System Prompts — What is Local AI — And Why It Matters (Chapter 12)

What is a System Prompt?

When you interact with a model, there are different "layers" to the conversation:

System prompt: Your instructions about how the model should behave
User prompt: The actual question or request
Response: The model's output

The system prompt sets the context. Without it, the model responds as a generic assistant.
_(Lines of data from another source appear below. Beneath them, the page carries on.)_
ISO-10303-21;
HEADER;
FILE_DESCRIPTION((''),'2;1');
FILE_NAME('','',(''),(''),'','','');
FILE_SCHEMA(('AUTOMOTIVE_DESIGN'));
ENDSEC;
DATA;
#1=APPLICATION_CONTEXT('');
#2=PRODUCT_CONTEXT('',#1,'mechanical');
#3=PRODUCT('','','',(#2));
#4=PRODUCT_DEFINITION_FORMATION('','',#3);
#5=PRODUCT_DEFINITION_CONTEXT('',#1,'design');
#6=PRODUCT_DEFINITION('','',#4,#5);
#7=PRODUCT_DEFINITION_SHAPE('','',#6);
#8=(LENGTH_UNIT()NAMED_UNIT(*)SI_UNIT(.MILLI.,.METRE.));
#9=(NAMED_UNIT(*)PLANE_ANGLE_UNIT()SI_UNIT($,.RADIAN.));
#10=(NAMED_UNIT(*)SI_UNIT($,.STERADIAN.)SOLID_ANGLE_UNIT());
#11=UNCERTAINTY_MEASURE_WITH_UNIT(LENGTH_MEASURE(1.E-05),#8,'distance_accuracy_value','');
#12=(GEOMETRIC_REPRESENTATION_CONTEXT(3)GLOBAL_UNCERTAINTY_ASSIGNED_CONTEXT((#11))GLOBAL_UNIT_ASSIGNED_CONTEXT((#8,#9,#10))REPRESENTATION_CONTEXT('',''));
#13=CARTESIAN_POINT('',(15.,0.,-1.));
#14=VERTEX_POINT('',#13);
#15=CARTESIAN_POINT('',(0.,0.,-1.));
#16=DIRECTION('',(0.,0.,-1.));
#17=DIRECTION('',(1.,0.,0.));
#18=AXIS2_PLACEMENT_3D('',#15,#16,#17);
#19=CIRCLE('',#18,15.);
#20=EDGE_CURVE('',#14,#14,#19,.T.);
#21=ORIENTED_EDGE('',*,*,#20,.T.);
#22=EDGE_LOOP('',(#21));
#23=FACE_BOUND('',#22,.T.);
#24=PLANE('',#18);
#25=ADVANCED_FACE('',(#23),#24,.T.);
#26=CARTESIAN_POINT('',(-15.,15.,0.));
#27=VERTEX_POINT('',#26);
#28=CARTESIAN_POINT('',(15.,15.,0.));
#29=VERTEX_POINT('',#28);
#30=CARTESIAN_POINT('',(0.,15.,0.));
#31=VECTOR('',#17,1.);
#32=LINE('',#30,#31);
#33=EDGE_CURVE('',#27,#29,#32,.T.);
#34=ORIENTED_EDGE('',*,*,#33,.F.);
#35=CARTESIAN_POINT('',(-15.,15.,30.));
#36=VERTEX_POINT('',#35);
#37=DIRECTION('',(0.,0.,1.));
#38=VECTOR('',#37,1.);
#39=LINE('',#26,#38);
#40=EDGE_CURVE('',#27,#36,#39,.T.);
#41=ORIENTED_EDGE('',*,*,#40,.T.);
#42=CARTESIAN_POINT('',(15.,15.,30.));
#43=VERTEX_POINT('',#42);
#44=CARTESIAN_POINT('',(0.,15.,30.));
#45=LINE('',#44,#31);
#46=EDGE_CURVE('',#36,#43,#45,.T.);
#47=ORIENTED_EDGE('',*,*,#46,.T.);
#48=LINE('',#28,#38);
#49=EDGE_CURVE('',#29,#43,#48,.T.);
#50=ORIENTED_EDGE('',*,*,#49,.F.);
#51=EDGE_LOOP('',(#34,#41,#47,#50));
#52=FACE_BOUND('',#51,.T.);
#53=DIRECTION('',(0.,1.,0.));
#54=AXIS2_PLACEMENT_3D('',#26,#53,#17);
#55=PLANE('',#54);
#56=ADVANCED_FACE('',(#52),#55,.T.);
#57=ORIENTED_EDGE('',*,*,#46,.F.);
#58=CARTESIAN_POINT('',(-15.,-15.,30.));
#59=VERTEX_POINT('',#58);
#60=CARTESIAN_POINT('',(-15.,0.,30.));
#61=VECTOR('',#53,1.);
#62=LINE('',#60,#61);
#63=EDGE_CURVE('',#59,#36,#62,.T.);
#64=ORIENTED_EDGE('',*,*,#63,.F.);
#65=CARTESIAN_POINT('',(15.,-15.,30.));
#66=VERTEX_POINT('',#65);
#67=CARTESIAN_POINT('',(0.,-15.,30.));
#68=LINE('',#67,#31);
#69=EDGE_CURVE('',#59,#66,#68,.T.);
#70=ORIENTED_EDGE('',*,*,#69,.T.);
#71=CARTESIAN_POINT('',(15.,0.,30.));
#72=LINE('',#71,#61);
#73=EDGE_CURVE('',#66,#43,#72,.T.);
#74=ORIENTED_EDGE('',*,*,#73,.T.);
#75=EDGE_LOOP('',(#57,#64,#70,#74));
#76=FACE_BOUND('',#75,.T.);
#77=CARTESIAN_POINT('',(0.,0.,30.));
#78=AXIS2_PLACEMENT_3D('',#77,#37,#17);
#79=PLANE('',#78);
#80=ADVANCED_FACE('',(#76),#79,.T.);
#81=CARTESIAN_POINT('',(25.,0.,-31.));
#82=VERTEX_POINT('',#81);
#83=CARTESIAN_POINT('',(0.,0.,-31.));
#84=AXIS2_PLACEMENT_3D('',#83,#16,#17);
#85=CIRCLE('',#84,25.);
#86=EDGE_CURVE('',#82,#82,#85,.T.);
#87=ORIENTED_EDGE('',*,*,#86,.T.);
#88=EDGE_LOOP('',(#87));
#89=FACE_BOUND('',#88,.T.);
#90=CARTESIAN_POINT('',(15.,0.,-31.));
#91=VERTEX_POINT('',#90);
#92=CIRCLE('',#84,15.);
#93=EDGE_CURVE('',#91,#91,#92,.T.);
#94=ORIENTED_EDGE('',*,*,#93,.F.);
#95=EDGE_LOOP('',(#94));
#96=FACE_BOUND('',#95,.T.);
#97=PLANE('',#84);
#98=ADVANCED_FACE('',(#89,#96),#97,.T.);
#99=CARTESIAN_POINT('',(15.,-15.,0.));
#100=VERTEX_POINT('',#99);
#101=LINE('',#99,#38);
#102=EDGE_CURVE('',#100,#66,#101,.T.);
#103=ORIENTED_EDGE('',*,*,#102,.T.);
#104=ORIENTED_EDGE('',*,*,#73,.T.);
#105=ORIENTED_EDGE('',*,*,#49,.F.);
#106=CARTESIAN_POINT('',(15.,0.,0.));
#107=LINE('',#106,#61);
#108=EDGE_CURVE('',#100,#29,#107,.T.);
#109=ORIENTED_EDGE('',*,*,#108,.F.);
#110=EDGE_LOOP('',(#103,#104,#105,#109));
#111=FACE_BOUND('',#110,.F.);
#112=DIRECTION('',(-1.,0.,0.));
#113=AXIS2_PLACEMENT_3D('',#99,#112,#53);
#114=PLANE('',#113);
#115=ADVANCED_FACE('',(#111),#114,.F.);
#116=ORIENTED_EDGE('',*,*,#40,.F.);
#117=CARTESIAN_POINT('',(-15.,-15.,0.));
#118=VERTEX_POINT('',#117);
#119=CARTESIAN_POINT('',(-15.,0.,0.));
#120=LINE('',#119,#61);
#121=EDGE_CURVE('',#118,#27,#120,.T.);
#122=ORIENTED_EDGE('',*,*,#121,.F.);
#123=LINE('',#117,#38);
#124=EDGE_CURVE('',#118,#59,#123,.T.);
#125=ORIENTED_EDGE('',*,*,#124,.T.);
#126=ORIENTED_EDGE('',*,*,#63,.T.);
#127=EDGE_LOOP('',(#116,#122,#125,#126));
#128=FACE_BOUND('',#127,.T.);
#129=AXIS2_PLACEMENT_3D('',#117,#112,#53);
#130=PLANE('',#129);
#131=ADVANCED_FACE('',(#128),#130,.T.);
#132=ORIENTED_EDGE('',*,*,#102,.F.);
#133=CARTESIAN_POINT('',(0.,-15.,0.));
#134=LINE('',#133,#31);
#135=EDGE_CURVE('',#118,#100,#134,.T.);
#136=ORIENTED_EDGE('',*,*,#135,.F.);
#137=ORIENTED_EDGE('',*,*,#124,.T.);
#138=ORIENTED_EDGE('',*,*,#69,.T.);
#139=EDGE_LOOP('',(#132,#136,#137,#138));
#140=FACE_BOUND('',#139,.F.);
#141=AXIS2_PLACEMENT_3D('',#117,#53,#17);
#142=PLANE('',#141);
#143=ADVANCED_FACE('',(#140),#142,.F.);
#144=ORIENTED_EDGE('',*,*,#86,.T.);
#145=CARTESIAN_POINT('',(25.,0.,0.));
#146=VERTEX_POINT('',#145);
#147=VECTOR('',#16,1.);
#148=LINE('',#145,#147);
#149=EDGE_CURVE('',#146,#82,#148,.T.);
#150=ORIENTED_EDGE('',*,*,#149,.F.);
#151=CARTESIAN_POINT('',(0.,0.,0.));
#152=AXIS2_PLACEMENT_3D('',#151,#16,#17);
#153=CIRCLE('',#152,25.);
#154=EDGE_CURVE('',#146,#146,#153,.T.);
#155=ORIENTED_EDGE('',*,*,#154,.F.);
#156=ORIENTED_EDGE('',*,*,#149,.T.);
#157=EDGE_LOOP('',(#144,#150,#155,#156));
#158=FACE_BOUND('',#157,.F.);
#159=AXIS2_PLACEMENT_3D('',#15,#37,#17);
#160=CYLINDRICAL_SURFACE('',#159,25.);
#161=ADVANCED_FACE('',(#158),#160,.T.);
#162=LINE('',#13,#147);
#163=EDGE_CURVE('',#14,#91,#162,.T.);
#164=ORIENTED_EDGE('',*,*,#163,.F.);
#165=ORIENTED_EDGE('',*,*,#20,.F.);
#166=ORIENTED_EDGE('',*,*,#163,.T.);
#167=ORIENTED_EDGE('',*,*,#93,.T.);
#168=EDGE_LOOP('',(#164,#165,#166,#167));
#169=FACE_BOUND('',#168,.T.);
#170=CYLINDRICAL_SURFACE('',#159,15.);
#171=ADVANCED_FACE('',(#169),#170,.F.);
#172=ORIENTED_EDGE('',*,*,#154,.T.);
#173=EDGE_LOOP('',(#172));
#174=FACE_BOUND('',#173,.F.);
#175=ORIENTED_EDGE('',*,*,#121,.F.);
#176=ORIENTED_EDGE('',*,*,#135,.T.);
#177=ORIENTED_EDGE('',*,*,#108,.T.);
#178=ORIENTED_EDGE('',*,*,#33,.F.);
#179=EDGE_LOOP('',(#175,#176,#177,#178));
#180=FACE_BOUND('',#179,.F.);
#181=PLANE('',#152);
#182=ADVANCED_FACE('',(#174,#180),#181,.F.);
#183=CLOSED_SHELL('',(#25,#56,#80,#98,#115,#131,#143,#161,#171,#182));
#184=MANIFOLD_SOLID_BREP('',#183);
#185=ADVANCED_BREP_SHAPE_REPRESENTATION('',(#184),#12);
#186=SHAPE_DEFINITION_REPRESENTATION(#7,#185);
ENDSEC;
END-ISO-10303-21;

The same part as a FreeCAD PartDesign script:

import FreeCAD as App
import Part
import Sketcher

V = App.Vector


def add_polygon(sketch, points):
    """Adds a closed chain of lines whose ends are joined by coincident constraints."""
    first, n = sketch.GeometryCount, len(points)
    for a, b in zip(points, points[1:] + points[:1]):
        sketch.addGeometry(Part.LineSegment(App.Vector(*a, 0), App.Vector(*b, 0)), False)
    for i in range(n):
        sketch.addConstraint(Sketcher.Constraint("Coincident", first + i, 2, first + (i + 1) % n, 1))

doc = App.newDocument("Part")
body = doc.addObject("PartDesign::Body", "Body")

sketch1 = body.newObject("Sketcher::SketchObject", "Sketch")
sketch1.AttachmentSupport = (doc.getObject("XY_Plane"), [""])
sketch1.MapMode = "FlatFace"
add_polygon(sketch1, [(-15, 15), (-15, -15), (15, -15), (15, 15)])
sketch1.addConstraint([
    Sketcher.Constraint("Vertical", 0),
    Sketcher.Constraint("Horizontal", 1),
    Sketcher.Constraint("Vertical", 2),
    Sketcher.Constraint("Horizontal", 3),
    Sketcher.Constraint("Symmetric", 0, 2, 2, 2, -1, 1),
    Sketcher.Constraint("Equal", 3, 0),
    Sketcher.Constraint("DistanceX", 1, 1, 1, 2, 30.0),
])
pad1 = body.newObject("PartDesign::Pad", "Pad")
pad1.Profile = sketch1
pad1.Length = 30

sketch2 = body.newObject("Sketcher::SketchObject", "Sketch001")
sketch2.AttachmentSupport = (doc.getObject("XY_Plane"), [""])
sketch2.MapMode = "FlatFace"
sketch2.addGeometry(Part.Circle(V(0, 0, 0), V(0, 0, 1), 25), False)
sketch2.addConstraint([
    Sketcher.Constraint("Coincident", 0, 3, -1, 1),
    Sketcher.Constraint("Diameter", 0, 50.0),
])
pad2 = body.newObject("PartDesign::Pad", "Pad001")
pad2.Profile = sketch2
pad2.Length = 1
pad2.Reversed = True

sketch3 = body.newObject("Sketcher::SketchObject", "Sketch002")
sketch3.AttachmentSupport = (doc.getObject("XY_Plane"), [""])
sketch3.MapMode = "FlatFace"
sketch3.AttachmentOffset = App.Placement(V(0, 0, -1), App.Rotation())
sketch3.addGeometry([
    Part.Circle(V(0, 0, 0), V(0, 0, 1), 25),
    Part.Circle(V(0, 0, 0), V(0, 0, 1), 15),
], False)
sketch3.addConstraint([
    Sketcher.Constraint("Coincident", 0, 3, -1, 1),
    Sketcher.Constraint("Coincident", 1, 3, -1, 1),
    Sketcher.Constraint("Diameter", 0, 50.0),
    Sketcher.Constraint("Diameter", 1, 30.0),
])
pad3 = body.newObject("PartDesign::Pad", "Pad002")
pad3.Profile = sketch3
pad3.Length = 30
pad3.Reversed = True

doc.recompute()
With it, you can shape behavior.

How System Prompts Work

When you start a conversation, you can send a system prompt:

System: You are a helpful coding assistant. You write clean, well-documented 
Python code with type hints and docstrings.

User: Write a function to calculate compound interest

The system prompt is like giving the model a persona or set of instructions that persists throughout the conversation.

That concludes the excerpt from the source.